2.Второй. Как стать маньяком
– Отверткин, я думаю, тебе сильно повезло. Здесь очень красиво, правда?.. Смотри, сколько радуг сразу! Один, два, три, четыре, пять. Сразу пять! А у нас там больше трех не бывает. Я один раз целых три видел. А здесь - пять! А вон, вон, смотри какие огоньки летают. Это, наверное, такие бабочки Нездешние! Ой, а это что? Отверткин, гляди, какие смешные! С пятачками на мордах и с хвостами. И рога на башке. Куда они так скачут?.. Чего ты говоришь?.. Да пускай ускакивают, я же не собираюсь с ними в догонялки играть. Мы же по делу идем, Отверткин! И я уже хочу скорей дойти, а то вдруг папа вернется. Он может напугаться, когда тебя увидит, и все испортит.
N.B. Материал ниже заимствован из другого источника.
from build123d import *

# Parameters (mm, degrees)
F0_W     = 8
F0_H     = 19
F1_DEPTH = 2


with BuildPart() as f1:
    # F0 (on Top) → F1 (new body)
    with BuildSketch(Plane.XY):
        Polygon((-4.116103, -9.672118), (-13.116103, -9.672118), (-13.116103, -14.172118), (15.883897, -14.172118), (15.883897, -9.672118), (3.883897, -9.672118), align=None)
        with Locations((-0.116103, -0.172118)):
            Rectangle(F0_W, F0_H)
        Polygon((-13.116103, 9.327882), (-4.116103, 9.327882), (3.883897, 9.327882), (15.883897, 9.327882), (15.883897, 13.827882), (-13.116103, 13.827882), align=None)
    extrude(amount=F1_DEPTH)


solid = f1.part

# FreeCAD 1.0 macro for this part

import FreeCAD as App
import Part
import Sketcher
from FreeCAD import Vector
Q = App.Units.Quantity

doc = App.newDocument("Part")
params = doc.addObject("Spreadsheet::Sheet", "Params")
for row, (alias, value) in enumerate([
    ("sketch1_width", "29 mm"),
    ("sketch1_width2", "12 mm"),
    ("sketch1_width3", "9 mm"),
    ("sketch1_height", "19 mm"),
    ("sketch1_height2", "4.5 mm"),
    ("pad1_length", "2 mm"),
], start=1):
    params.set(f"A{row}", alias)
    params.set(f"B{row}", "=" + value)
    params.setAlias(f"B{row}", alias)

body = doc.addObject("PartDesign::Body", "Body")

sketch1 = body.newObject("Sketcher::SketchObject", "Sketch")
sketch1.AttachmentSupport = (doc.getObject("XY_Plane"), [""])
sketch1.MapMode = "FlatFace"
sketch1.addGeometry([
    Part.LineSegment(Vector(-13.1, -9.7, 0), Vector(-13.1, -14.2, 0)),
    Part.LineSegment(Vector(-13.1, -14.2, 0), Vector(15.9, -14.2, 0)),
    Part.LineSegment(Vector(15.9, -14.2, 0), Vector(15.9, -9.7, 0)),
    Part.LineSegment(Vector(15.9, -9.7, 0), Vector(3.9, -9.7, 0)),
    Part.LineSegment(Vector(3.9, -9.7, 0), Vector(3.9, 9.3, 0)),
    Part.LineSegment(Vector(3.9, 9.3, 0), Vector(15.9, 9.3, 0)),
    Part.LineSegment(Vector(15.9, 9.3, 0), Vector(15.9, 13.8, 0)),
    Part.LineSegment(Vector(15.9, 13.8, 0), Vector(-13.1, 13.8, 0)),
    Part.LineSegment(Vector(-13.1, 13.8, 0), Vector(-13.1, 9.3, 0)),
    Part.LineSegment(Vector(-13.1, 9.3, 0), Vector(-4.1, 9.3, 0)),
    Part.LineSegment(Vector(-4.1, 9.3, 0), Vector(-4.1, -9.7, 0)),
    Part.LineSegment(Vector(-4.1, -9.7, 0), Vector(-13.1, -9.7, 0)),
], False)
sketch1.addConstraint([
    Sketcher.Constraint("Coincident", 0, 2, 1, 1),
    Sketcher.Constraint("Coincident", 1, 2, 2, 1),
    Sketcher.Constraint("Coincident", 2, 2, 3, 1),
    Sketcher.Constraint("Coincident", 3, 2, 4, 1),
    Sketcher.Constraint("Coincident", 4, 2, 5, 1),
    Sketcher.Constraint("Coincident", 5, 2, 6, 1),
    Sketcher.Constraint("Coincident", 6, 2, 7, 1),
    Sketcher.Constraint("Coincident", 7, 2, 8, 1),
    Sketcher.Constraint("Coincident", 8, 2, 9, 1),
    Sketcher.Constraint("Coincident", 9, 2, 10, 1),
    Sketcher.Constraint("Coincident", 10, 2, 11, 1),
    Sketcher.Constraint("Coincident", 11, 2, 0, 1),
    Sketcher.Constraint("Vertical", 0),
    Sketcher.Constraint("Horizontal", 1),
    Sketcher.Constraint("Vertical", 2),
    Sketcher.Constraint("Horizontal", 3),
    Sketcher.Constraint("Vertical", 4),
    Sketcher.Constraint("Horizontal", 5),
    Sketcher.Constraint("Vertical", 6),
    Sketcher.Constraint("Horizontal", 7),
    Sketcher.Constraint("Vertical", 8),
    Sketcher.Constraint("Horizontal", 9),
    Sketcher.Constraint("Vertical", 10),
    Sketcher.Constraint("Horizontal", 11),
    Sketcher.Constraint("Horizontal", 5, 2, 8, 2),
    Sketcher.Constraint("Horizontal", 3, 2, 10, 2),
    Sketcher.Constraint("Vertical", 2, 2, 5, 2),
    Sketcher.Constraint("Vertical", 0, 2, 7, 2),
    Sketcher.Constraint("Equal", 2, 6),
    Sketcher.Constraint("DistanceX", 1, 1, 1, 2, Q("29 mm")),
    Sketcher.Constraint("DistanceX", 3, 2, 3, 1, Q("12 mm")),
    Sketcher.Constraint("DistanceX", 9, 1, 9, 2, Q("9 mm")),
    Sketcher.Constraint("DistanceY", 4, 1, 4, 2, Q("19 mm")),
    Sketcher.Constraint("DistanceY", 0, 2, 0, 1, Q("4.5 mm")),
    Sketcher.Constraint("DistanceX", 0, 2, -1, 1, Q("13.116103 mm")),
    Sketcher.Constraint("DistanceY", 0, 2, -1, 1, Q("14.172118 mm")),
])
sketch1.setExpression("Constraints[29]", "Params.sketch1_width")
sketch1.setExpression("Constraints[30]", "Params.sketch1_width2")
sketch1.setExpression("Constraints[31]", "Params.sketch1_width3")
sketch1.setExpression("Constraints[32]", "Params.sketch1_height")
sketch1.setExpression("Constraints[33]", "Params.sketch1_height2")
pad1 = body.newObject("PartDesign::Pad", "Pad")
pad1.Profile = sketch1
pad1.setExpression("Length", "Params.pad1_length")

doc.recompute()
– Ай! А этот-то тоже уже дохлый! Отверткин, я не заметил, что он уже того. И кажется, мы немножко заблудились... Подожди, я сейчас возьму еще одного и поищу дорогу...
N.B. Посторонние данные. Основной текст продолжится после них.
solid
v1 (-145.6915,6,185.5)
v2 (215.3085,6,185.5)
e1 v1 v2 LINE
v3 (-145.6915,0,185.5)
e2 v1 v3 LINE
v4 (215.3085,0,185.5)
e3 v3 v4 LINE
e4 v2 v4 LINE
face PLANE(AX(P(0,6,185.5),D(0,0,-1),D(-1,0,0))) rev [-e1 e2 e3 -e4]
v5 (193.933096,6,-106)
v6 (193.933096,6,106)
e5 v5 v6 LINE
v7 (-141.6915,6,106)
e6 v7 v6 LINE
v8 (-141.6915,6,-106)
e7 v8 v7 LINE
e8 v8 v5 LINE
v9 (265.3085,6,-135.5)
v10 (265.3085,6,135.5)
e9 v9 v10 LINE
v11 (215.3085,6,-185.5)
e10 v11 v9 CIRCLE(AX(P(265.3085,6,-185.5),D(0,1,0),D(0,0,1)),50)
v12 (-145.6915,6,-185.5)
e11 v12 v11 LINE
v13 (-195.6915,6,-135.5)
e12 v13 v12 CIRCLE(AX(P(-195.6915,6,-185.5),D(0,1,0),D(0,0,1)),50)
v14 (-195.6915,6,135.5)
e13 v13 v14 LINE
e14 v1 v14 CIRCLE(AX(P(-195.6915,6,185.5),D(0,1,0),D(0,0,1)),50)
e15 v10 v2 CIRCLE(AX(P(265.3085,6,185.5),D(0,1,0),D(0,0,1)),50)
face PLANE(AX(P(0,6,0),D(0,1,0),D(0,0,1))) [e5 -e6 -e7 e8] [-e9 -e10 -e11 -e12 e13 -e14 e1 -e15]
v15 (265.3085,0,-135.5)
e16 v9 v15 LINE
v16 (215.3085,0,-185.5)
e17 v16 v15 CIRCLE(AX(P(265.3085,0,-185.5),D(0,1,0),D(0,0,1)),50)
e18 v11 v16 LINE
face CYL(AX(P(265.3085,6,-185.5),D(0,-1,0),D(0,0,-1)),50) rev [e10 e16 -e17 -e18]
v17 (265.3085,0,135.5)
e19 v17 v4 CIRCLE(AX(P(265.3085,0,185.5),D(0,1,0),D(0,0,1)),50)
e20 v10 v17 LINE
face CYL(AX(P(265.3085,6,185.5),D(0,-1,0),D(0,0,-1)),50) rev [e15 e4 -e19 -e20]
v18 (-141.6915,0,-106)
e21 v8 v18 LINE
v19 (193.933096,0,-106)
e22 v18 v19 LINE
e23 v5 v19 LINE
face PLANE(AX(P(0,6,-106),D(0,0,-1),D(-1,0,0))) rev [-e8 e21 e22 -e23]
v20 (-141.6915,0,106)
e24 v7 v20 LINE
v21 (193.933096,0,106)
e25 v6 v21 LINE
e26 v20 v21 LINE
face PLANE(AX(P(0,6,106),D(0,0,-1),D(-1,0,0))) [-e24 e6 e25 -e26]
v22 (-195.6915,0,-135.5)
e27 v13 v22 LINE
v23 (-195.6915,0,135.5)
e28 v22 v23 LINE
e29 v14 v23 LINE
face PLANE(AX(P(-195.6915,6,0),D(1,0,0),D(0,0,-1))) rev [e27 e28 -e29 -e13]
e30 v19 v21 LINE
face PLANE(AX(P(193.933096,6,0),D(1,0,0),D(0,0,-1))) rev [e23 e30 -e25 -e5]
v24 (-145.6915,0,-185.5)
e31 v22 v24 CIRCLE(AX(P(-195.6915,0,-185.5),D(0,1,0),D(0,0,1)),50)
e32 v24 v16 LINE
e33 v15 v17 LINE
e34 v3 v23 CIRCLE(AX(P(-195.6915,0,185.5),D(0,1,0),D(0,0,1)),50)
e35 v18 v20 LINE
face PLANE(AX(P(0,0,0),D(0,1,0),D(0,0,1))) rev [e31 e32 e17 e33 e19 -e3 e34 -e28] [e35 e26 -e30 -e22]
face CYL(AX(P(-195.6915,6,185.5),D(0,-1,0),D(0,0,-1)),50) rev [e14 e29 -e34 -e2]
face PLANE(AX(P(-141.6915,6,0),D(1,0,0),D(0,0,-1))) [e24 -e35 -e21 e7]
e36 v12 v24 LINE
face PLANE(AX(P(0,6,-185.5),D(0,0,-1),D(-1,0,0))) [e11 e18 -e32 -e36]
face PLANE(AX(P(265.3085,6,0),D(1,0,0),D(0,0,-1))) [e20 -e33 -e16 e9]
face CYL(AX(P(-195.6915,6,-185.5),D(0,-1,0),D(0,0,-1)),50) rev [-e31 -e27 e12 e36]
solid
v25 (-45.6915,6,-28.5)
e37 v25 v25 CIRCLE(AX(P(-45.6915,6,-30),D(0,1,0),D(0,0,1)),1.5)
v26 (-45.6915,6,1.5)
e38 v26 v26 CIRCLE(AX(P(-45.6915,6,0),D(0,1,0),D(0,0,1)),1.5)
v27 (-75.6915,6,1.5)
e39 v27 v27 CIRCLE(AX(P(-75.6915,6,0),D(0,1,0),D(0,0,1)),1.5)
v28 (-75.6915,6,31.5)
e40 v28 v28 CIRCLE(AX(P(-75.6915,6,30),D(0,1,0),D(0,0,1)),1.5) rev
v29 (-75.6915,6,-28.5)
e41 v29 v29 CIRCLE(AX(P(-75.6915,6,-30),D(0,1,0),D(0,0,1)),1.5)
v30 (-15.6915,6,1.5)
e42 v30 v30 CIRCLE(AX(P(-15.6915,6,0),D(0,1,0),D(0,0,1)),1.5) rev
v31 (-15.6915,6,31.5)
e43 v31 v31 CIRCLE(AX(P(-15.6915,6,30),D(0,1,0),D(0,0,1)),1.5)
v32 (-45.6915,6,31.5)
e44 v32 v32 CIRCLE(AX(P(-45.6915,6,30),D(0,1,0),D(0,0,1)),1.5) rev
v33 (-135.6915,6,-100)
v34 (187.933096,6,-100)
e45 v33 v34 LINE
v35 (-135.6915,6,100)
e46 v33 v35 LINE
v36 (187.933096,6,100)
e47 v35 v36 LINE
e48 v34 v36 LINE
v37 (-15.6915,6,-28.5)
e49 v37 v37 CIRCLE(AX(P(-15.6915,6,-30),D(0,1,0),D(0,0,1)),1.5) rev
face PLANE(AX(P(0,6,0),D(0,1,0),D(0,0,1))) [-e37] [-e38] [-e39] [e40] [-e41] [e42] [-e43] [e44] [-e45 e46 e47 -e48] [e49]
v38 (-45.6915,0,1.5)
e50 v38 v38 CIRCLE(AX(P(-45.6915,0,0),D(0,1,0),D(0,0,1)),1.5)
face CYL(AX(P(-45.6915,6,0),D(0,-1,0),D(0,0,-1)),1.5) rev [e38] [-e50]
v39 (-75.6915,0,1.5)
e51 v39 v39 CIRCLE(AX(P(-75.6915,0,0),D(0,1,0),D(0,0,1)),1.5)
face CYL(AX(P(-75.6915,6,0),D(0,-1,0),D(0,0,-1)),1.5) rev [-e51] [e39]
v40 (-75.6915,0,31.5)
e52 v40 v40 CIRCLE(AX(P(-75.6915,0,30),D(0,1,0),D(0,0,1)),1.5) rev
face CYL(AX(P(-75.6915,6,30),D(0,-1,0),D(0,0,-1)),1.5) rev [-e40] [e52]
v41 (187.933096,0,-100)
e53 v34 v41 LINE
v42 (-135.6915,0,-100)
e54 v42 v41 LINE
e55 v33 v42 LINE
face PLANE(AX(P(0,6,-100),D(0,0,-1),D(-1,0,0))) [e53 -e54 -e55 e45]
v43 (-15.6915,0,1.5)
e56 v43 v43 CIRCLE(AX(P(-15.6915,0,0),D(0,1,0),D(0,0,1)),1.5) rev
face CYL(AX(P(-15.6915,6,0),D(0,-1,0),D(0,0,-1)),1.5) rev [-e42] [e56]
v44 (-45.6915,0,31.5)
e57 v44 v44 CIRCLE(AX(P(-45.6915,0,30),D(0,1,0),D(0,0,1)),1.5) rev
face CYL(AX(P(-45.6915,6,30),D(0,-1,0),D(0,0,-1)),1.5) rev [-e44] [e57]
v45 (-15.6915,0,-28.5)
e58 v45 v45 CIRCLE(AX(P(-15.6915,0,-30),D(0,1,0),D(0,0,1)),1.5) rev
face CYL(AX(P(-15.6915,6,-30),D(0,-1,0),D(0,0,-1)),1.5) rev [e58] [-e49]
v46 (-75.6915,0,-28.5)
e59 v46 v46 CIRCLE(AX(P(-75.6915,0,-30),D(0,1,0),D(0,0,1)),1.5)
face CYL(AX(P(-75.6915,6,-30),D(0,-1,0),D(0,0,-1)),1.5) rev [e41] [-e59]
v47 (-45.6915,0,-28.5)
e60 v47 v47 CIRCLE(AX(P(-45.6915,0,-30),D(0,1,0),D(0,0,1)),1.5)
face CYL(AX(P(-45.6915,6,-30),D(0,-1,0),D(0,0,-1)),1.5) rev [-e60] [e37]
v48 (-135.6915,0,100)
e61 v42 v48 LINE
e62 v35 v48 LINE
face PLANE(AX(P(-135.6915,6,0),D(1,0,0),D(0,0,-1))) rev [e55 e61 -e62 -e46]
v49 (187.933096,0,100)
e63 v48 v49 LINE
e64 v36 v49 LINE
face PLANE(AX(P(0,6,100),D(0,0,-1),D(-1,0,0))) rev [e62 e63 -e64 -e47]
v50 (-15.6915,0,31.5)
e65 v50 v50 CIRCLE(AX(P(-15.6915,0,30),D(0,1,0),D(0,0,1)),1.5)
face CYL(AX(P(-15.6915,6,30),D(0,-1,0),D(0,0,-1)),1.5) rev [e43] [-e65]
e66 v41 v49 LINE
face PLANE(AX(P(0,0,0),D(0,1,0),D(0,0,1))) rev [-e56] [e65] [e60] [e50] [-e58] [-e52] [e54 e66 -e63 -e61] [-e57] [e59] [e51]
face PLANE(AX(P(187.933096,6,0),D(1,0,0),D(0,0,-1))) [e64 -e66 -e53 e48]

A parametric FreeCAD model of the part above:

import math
import FreeCAD as App
import Part
import Sketcher


def add_polygon(sketch, points):
    """Adds a closed chain of lines whose ends are joined by coincident constraints."""
    first, n = sketch.GeometryCount, len(points)
    for a, b in zip(points, points[1:] + points[:1]):
        sketch.addGeometry(Part.LineSegment(App.Vector(*a, 0), App.Vector(*b, 0)), False)
    for i in range(n):
        sketch.addConstraint(Sketcher.Constraint("Coincident", first + i, 2, first + (i + 1) % n, 1))

doc = App.newDocument("Part")
body = doc.addObject("PartDesign::Body", "Body")

# Sketch on XZ plane
sketch1 = body.newObject("Sketcher::SketchObject", "Sketch")
sketch1.AttachmentSupport = (doc.getObject("XZ_Plane"), [""])
sketch1.MapMode = "FlatFace"
sketch1.addGeometry(Part.ArcOfCircle(Part.Circle(App.Vector(-195.6915, 185.5, 0), App.Vector(0, 0, 1), 50), math.radians(-90), math.radians(0)), False)  # 0
sketch1.addGeometry(Part.LineSegment(App.Vector(-145.6915, 185.5, 0), App.Vector(215.3085, 185.5, 0)), False)  # 1
sketch1.addGeometry(Part.ArcOfCircle(Part.Circle(App.Vector(265.3085, 185.5, 0), App.Vector(0, 0, 1), 50), math.radians(-180), math.radians(-90)), False)  # 2
sketch1.addGeometry(Part.LineSegment(App.Vector(265.3085, 135.5, 0), App.Vector(265.3085, -135.5, 0)), False)  # 3
sketch1.addGeometry(Part.ArcOfCircle(Part.Circle(App.Vector(265.3085, -185.5, 0), App.Vector(0, 0, 1), 50), math.radians(90), math.radians(180)), False)  # 4
sketch1.addGeometry(Part.LineSegment(App.Vector(215.3085, -185.5, 0), App.Vector(-145.6915, -185.5, 0)), False)  # 5
sketch1.addGeometry(Part.ArcOfCircle(Part.Circle(App.Vector(-195.6915, -185.5, 0), App.Vector(0, 0, 1), 50), math.radians(0), math.radians(90)), False)  # 6
sketch1.addGeometry(Part.LineSegment(App.Vector(-195.6915, -135.5, 0), App.Vector(-195.6915, 135.5, 0)), False)  # 7
add_polygon(sketch1, [(-141.6915, 106), (-141.6915, -106), (193.933096, -106), (193.933096, 106)])  # lines 8-11
sketch1.addConstraint([
    Sketcher.Constraint("Coincident", 0, 2, 1, 1),
    Sketcher.Constraint("Coincident", 1, 2, 2, 1),
    Sketcher.Constraint("Coincident", 2, 2, 3, 1),
    Sketcher.Constraint("Coincident", 3, 2, 4, 1),
    Sketcher.Constraint("Coincident", 4, 2, 5, 1),
    Sketcher.Constraint("Coincident", 5, 2, 6, 1),
    Sketcher.Constraint("Coincident", 6, 2, 7, 1),
    Sketcher.Constraint("Coincident", 7, 2, 0, 1),
    Sketcher.Constraint("Horizontal", 1),
    Sketcher.Constraint("Vertical", 3),
    Sketcher.Constraint("Horizontal", 5),
    Sketcher.Constraint("Vertical", 7),
    Sketcher.Constraint("Vertical", 8),
    Sketcher.Constraint("Horizontal", 9),
    Sketcher.Constraint("Vertical", 10),
    Sketcher.Constraint("Horizontal", 11),
    Sketcher.Constraint("Equal", 0, 2),
    Sketcher.Constraint("Equal", 2, 4),
    Sketcher.Constraint("Equal", 4, 6),
    Sketcher.Constraint("Symmetric", 2, 3, 4, 3, -1),
    Sketcher.Constraint("Symmetric", 0, 3, 6, 3, -1),
    Sketcher.Constraint("Horizontal", 0, 3, 2, 3),
    Sketcher.Constraint("Horizontal", 2, 3, 0, 2),
    Sketcher.Constraint("Horizontal", 6, 3, 4, 2),
    Sketcher.Constraint("Vertical", 4, 3, 2, 2),
    Sketcher.Constraint("Vertical", 0, 3, 6, 2),
    Sketcher.Constraint("Radius", 0, 50.0),
    Sketcher.Constraint("DistanceX", 1, 1, 1, 2, 361.0),
    Sketcher.Constraint("DistanceY", 3, 2, 3, 1, 271.0),
    Sketcher.Constraint("DistanceY", 8, 2, 8, 1, 212.0),
    Sketcher.Constraint("DistanceY", 8, 2, -1, 1, 106.0),
    Sketcher.Constraint("DistanceX", 6, 2, 8, 2, 54.0),
    Sketcher.Constraint("DistanceX", 0, 3, -1, 1, 195.6915),
    Sketcher.Constraint("DistanceX", 9, 1, 9, 2, 335.624595),
])
pad1 = body.newObject("PartDesign::Pad", "Pad")
pad1.Profile = sketch1
pad1.Length = 6
pad1.Reversed = True
body2 = doc.addObject("PartDesign::Body", "Body001")

# Sketch on XZ plane
sketch2 = body2.newObject("Sketcher::SketchObject", "Sketch001")
sketch2.AttachmentSupport = (doc.getObject("XZ_Plane001"), [""])
sketch2.MapMode = "FlatFace"
add_polygon(sketch2, [(-135.6915, -100), (-135.6915, 100), (187.933096, 100), (187.933096, -100)])  # lines 0-3
sketch2.addGeometry(Part.Circle(App.Vector(-75.6915, 30, 0), App.Vector(0, 0, 1), 1.5), False)  # 4
sketch2.addGeometry(Part.Circle(App.Vector(-45.6915, 30, 0), App.Vector(0, 0, 1), 1.5), False)  # 5
sketch2.addGeometry(Part.Circle(App.Vector(-15.6915, 30, 0), App.Vector(0, 0, 1), 1.5), False)  # 6
sketch2.addGeometry(Part.Circle(App.Vector(-75.6915, 0, 0), App.Vector(0, 0, 1), 1.5), False)  # 7
sketch2.addGeometry(Part.Circle(App.Vector(-75.6915, -30, 0), App.Vector(0, 0, 1), 1.5), False)  # 8
sketch2.addGeometry(Part.Circle(App.Vector(-45.6915, 0, 0), App.Vector(0, 0, 1), 1.5), False)  # 9
sketch2.addGeometry(Part.Circle(App.Vector(-15.6915, 0, 0), App.Vector(0, 0, 1), 1.5), False)  # 10
sketch2.addGeometry(Part.Circle(App.Vector(-45.6915, -30, 0), App.Vector(0, 0, 1), 1.5), False)  # 11
sketch2.addGeometry(Part.Circle(App.Vector(-15.6915, -30, 0), App.Vector(0, 0, 1), 1.5), False)  # 12
sketch2.addConstraint([
    Sketcher.Constraint("Vertical", 0),
    Sketcher.Constraint("Horizontal", 1),
    Sketcher.Constraint("Vertical", 2),
    Sketcher.Constraint("Horizontal", 3),
    Sketcher.Constraint("Equal", 4, 5),
    Sketcher.Constraint("Equal", 5, 6),
    Sketcher.Constraint("Equal", 6, 7),
    Sketcher.Constraint("Equal", 7, 8),
    Sketcher.Constraint("Equal", 8, 9),
    Sketcher.Constraint("Equal", 9, 10),
    Sketcher.Constraint("Equal", 10, 11),
    Sketcher.Constraint("Equal", 11, 12),
    Sketcher.Constraint("Symmetric", 4, 3, 8, 3, -1),
    Sketcher.Constraint("Symmetric", 5, 3, 11, 3, -1),
    Sketcher.Constraint("Symmetric", 6, 3, 12, 3, -1),
    Sketcher.Constraint("PointOnObject", 7, 3, -1),
    Sketcher.Constraint("PointOnObject", 9, 3, -1),
    Sketcher.Constraint("PointOnObject", 10, 3, -1),
    Sketcher.Constraint("Horizontal", 4, 3, 5, 3),
    Sketcher.Constraint("Horizontal", 5, 3, 6, 3),
    Sketcher.Constraint("Vertical", 4, 3, 7, 3),
    Sketcher.Constraint("Vertical", 5, 3, 9, 3),
    Sketcher.Constraint("Vertical", 6, 3, 10, 3),
    Sketcher.Constraint("Diameter", 4, 3.0),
3.Третий. Забытые и Неведомые
"В запасе - вечность".
Да, любили древние изъяснятся непонятно и высокопарно. Они считали себя равными богам, не хотели уступать им ни в чем - ни в речах, ни в делах. Гордые очень были люди, бесстрашные, безудержные. И такое с метрополией творили! Едва в бараний рог не скрутили свой мир. Да только кончилась их эпоха. Повымирали, как динозавры, безбожники и хулители сверхчеловеческого промысла. Наверное, они и сами были похожи на динозавров - огромные, ужасные, прожорливые, беспощадные и с очень маленькими, подслеповатыми глазками. Плохое у них было зрение, у динозавров, чудовищ этих древних-предревних. Петр Тасмани любил рассказывать про них, какого только вранья не наворотил, - но вот одной из его побасенок Иэн верил. Потому что очень уж хорошо складывалась она с его собственными догадками и предположениями о природе и сущности древних людей. Тасмани говорил, что в конце второй эры, где-то веке в двадцатом, у безбожников существовал культ динозавров и их сородичей - драконов. Вероятно, драконы были еще ужаснее, потому что только достигшие совершеннолетия допускались к участию в этом... в драконослужении. А увлечение динозаврами считалось детской забавой. Ее высокомерно называли "Парком юрского периода" - сейчас иронию этого выражения уже не понять, глубинный смысл утерян, но буквально это значило примерно то же, что сейчас инкубаторий - "лягушатник", лаборатория воспроизведения человеческого вида.